YOUR INSTRUCTIONS = Of the records that follow, copy only the lines from the line containing "f 64 116 117" to the line containing "f 28 25 111", both included, exactly as written.

SOURCE MATERIAL =
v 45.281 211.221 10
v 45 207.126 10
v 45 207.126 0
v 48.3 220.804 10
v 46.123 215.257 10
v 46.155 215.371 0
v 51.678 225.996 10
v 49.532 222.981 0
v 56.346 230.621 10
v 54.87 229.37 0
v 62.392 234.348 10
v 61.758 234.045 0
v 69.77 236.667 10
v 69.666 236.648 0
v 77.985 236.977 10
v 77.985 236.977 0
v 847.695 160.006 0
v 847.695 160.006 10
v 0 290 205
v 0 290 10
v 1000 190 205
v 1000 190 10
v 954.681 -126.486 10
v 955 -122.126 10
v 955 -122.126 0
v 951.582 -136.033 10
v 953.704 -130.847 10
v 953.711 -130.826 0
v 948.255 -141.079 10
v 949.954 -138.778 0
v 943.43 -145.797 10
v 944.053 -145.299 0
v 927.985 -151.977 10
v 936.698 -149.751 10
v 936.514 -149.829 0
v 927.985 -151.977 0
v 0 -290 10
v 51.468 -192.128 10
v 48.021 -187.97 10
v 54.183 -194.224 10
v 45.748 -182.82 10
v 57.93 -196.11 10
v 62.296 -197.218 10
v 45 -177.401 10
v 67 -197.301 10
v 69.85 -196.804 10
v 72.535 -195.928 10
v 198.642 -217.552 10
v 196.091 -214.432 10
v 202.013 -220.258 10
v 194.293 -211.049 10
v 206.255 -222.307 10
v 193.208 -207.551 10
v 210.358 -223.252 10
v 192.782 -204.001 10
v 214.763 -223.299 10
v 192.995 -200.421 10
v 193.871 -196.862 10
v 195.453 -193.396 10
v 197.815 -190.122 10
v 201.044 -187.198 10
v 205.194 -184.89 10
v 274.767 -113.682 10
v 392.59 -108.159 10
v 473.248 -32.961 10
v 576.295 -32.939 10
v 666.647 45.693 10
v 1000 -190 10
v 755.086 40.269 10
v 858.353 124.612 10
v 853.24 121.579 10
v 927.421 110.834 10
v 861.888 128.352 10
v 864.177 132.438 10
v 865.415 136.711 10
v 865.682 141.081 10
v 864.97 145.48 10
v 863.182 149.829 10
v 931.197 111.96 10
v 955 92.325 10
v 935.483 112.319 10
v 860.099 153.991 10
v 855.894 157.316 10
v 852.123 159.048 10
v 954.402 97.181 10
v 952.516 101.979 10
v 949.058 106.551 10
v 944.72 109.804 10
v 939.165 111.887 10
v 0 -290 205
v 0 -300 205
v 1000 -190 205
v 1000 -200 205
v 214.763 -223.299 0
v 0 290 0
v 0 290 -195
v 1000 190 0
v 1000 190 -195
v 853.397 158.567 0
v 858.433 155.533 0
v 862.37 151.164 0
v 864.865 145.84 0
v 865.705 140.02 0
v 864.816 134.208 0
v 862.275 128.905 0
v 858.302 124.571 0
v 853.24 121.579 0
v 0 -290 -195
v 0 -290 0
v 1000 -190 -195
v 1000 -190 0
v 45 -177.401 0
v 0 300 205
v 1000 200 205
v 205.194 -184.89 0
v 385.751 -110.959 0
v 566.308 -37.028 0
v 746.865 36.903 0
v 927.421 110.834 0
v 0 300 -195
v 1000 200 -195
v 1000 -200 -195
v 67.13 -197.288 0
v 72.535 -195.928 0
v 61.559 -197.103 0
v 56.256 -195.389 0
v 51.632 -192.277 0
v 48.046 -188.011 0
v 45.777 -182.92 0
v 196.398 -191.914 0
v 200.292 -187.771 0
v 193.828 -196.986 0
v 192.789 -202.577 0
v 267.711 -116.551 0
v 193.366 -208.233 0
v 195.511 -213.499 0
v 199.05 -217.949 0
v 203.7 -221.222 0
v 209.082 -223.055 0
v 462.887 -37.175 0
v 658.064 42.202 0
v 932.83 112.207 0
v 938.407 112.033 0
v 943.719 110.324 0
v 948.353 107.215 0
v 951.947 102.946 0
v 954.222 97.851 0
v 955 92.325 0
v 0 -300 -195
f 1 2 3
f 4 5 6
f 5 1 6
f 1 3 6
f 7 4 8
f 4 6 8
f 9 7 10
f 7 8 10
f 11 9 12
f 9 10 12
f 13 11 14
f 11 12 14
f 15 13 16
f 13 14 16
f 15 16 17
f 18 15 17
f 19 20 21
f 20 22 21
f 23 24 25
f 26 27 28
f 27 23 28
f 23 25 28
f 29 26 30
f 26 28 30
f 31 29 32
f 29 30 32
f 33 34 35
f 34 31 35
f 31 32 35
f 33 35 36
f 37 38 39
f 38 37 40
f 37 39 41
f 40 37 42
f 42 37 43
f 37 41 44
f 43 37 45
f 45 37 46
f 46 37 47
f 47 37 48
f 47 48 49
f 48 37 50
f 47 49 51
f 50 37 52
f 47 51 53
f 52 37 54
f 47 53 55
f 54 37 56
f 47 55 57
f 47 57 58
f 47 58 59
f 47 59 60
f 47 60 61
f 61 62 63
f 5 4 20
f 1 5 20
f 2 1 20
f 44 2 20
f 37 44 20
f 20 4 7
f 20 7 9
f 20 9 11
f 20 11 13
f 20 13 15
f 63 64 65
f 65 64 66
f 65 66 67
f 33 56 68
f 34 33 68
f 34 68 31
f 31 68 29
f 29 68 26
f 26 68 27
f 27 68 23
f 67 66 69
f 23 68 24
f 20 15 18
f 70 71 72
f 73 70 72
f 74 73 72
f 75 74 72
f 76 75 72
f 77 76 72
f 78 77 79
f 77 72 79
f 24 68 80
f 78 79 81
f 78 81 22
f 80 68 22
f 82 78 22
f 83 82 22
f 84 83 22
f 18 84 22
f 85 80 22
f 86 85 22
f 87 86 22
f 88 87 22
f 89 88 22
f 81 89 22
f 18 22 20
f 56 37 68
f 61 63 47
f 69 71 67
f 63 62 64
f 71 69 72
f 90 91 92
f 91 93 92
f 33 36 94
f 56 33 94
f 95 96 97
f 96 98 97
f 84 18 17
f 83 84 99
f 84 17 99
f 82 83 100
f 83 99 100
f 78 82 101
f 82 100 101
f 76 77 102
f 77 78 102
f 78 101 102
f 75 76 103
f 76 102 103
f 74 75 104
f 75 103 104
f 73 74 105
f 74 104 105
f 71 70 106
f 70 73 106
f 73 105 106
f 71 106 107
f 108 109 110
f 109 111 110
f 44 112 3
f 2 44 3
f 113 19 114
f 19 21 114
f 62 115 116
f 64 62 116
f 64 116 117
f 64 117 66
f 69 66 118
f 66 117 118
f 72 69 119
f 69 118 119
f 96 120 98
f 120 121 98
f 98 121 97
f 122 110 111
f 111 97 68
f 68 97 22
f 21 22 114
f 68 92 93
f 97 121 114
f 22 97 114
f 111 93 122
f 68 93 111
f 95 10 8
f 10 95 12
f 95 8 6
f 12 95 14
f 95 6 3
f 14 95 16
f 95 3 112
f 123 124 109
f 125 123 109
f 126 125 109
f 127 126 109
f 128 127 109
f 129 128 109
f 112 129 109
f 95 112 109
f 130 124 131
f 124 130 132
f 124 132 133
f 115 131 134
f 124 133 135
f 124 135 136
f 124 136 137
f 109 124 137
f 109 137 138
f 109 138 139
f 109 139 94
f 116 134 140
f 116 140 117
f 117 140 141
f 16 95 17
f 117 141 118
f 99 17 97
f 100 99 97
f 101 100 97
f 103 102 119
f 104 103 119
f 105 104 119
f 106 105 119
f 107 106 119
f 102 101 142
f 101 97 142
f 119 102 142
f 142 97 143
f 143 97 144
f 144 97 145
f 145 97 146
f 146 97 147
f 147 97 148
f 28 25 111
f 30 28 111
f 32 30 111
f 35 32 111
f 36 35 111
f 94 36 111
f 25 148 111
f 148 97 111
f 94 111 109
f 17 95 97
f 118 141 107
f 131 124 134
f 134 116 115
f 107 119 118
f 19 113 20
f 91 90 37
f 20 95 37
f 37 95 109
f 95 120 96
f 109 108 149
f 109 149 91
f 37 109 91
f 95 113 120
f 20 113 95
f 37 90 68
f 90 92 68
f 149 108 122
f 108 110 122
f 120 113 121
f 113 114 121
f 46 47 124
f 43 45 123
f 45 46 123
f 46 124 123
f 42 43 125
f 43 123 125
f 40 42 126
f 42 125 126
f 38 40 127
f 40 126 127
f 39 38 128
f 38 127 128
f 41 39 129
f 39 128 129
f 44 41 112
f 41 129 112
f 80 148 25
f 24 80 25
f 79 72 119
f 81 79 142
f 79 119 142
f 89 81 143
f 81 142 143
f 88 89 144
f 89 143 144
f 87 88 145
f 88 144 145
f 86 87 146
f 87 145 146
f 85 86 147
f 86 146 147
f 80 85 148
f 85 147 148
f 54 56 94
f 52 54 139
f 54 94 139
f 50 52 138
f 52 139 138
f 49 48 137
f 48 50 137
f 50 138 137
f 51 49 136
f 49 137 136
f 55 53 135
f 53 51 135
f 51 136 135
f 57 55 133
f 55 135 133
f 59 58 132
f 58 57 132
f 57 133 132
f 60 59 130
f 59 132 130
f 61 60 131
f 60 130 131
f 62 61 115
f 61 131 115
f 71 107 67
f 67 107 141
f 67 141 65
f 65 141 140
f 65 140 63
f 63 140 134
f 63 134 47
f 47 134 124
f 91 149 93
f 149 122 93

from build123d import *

# Parameters (mm, degrees)
CUT_EXTRUDE2_DEPTH = 1076.127215203


with BuildPart() as part:
    # Sketch1 → Loft4 section 0
    with BuildSketch(Plane(origin=(0, 0, 0), x_dir=(0, 0, -1), z_dir=(1, 0, 0))):
        Polygon((-205, 300), (195, 300), (195, 290), (0, 290), (0, -290), (195, -290), (195, -300), (-205, -300), (-205, -290), (-10, -290), (-10, 290), (-205, 290), align=None)
    # Sketch4 → Loft4 section 1
    with BuildSketch(Plane(origin=(1000, 0, -1000), x_dir=(0, 0, 1), z_dir=(-1, 0, 0))):
        Polygon((805, 200), (1205, 200), (1205, 190), (1010, 190), (1010, -190), (1205, -190), (1205, -200), (805, -200), (805, -190), (1000, -190), (1000, 190), (805, 190), align=None)
    loft()

    # 3DSketch1 → Cut-Extrude2 (cut, through all)
    with BuildSketch(Plane(origin=(955, -149.275559705, 0), x_dir=(-0.9193091385176674, 0.39353615823441734, 0), z_dir=(0, 0, 1))):
        with BuildLine():
            Line((23.771900268, 13.114838789), (651.375957176, 359.360866092))
            ThreePointArc((651.375957176, 359.360866092), (676.975392867, 353.930952286), (675.287892891, 327.816446442))
            Line((675.287892891, 327.816446442), (127.715549412, -228.2676011))
            ThreePointArc((127.715549412, -228.2676011), (109.754280938, -233.887743911), (95.078586754, -222.105674031))
            Line((95.078586754, -222.105674031), (10.684359853, -24.958900083))
            ThreePointArc((10.684359853, -24.958900083), (9.89296563, -3.400627082), (23.771900268, 13.114838789))
        make_face()
        with BuildLine():
            Line((825.502793093, 383.974217556), (976.828190217, 30.474754914))
            ThreePointArc((976.828190217, 30.474754914), (976.508407209, 6.141893153), (958.252169109, -9.948482636))
            Line((958.252169109, -9.948482636), (220.359519027, -242.09716271))
            ThreePointArc((220.359519027, -242.09716271), (197.283607657, -233.434785068), (200.139914384, -208.95262863))
            Line((200.139914384, -208.95262863), (792.899174378, 390.169926603))
            ThreePointArc((792.899174378, 390.169926603), (810.850417384, 395.751870528), (825.502793093, 383.974217556))
        make_face()
    extrude(amount=CUT_EXTRUDE2_DEPTH, mode=Mode.SUBTRACT)


solid = part.part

ANSWER SPACE =
f 64 116 117
f 64 117 66
f 69 66 118
f 66 117 118
f 72 69 119
f 69 118 119
f 96 120 98
f 120 121 98
f 98 121 97
f 122 110 111
f 111 97 68
f 68 97 22
f 21 22 114
f 68 92 93
f 97 121 114
f 22 97 114
f 111 93 122
f 68 93 111
f 95 10 8
f 10 95 12
f 95 8 6
f 12 95 14
f 95 6 3
f 14 95 16
f 95 3 112
f 123 124 109
f 125 123 109
f 126 125 109
f 127 126 109
f 128 127 109
f 129 128 109
f 112 129 109
f 95 112 109
f 130 124 131
f 124 130 132
f 124 132 133
f 115 131 134
f 124 133 135
f 124 135 136
f 124 136 137
f 109 124 137
f 109 137 138
f 109 138 139
f 109 139 94
f 116 134 140
f 116 140 117
f 117 140 141
f 16 95 17
f 117 141 118
f 99 17 97
f 100 99 97
f 101 100 97
f 103 102 119
f 104 103 119
f 105 104 119
f 106 105 119
f 107 106 119
f 102 101 142
f 101 97 142
f 119 102 142
f 142 97 143
f 143 97 144
f 144 97 145
f 145 97 146
f 146 97 147
f 147 97 148
f 28 25 111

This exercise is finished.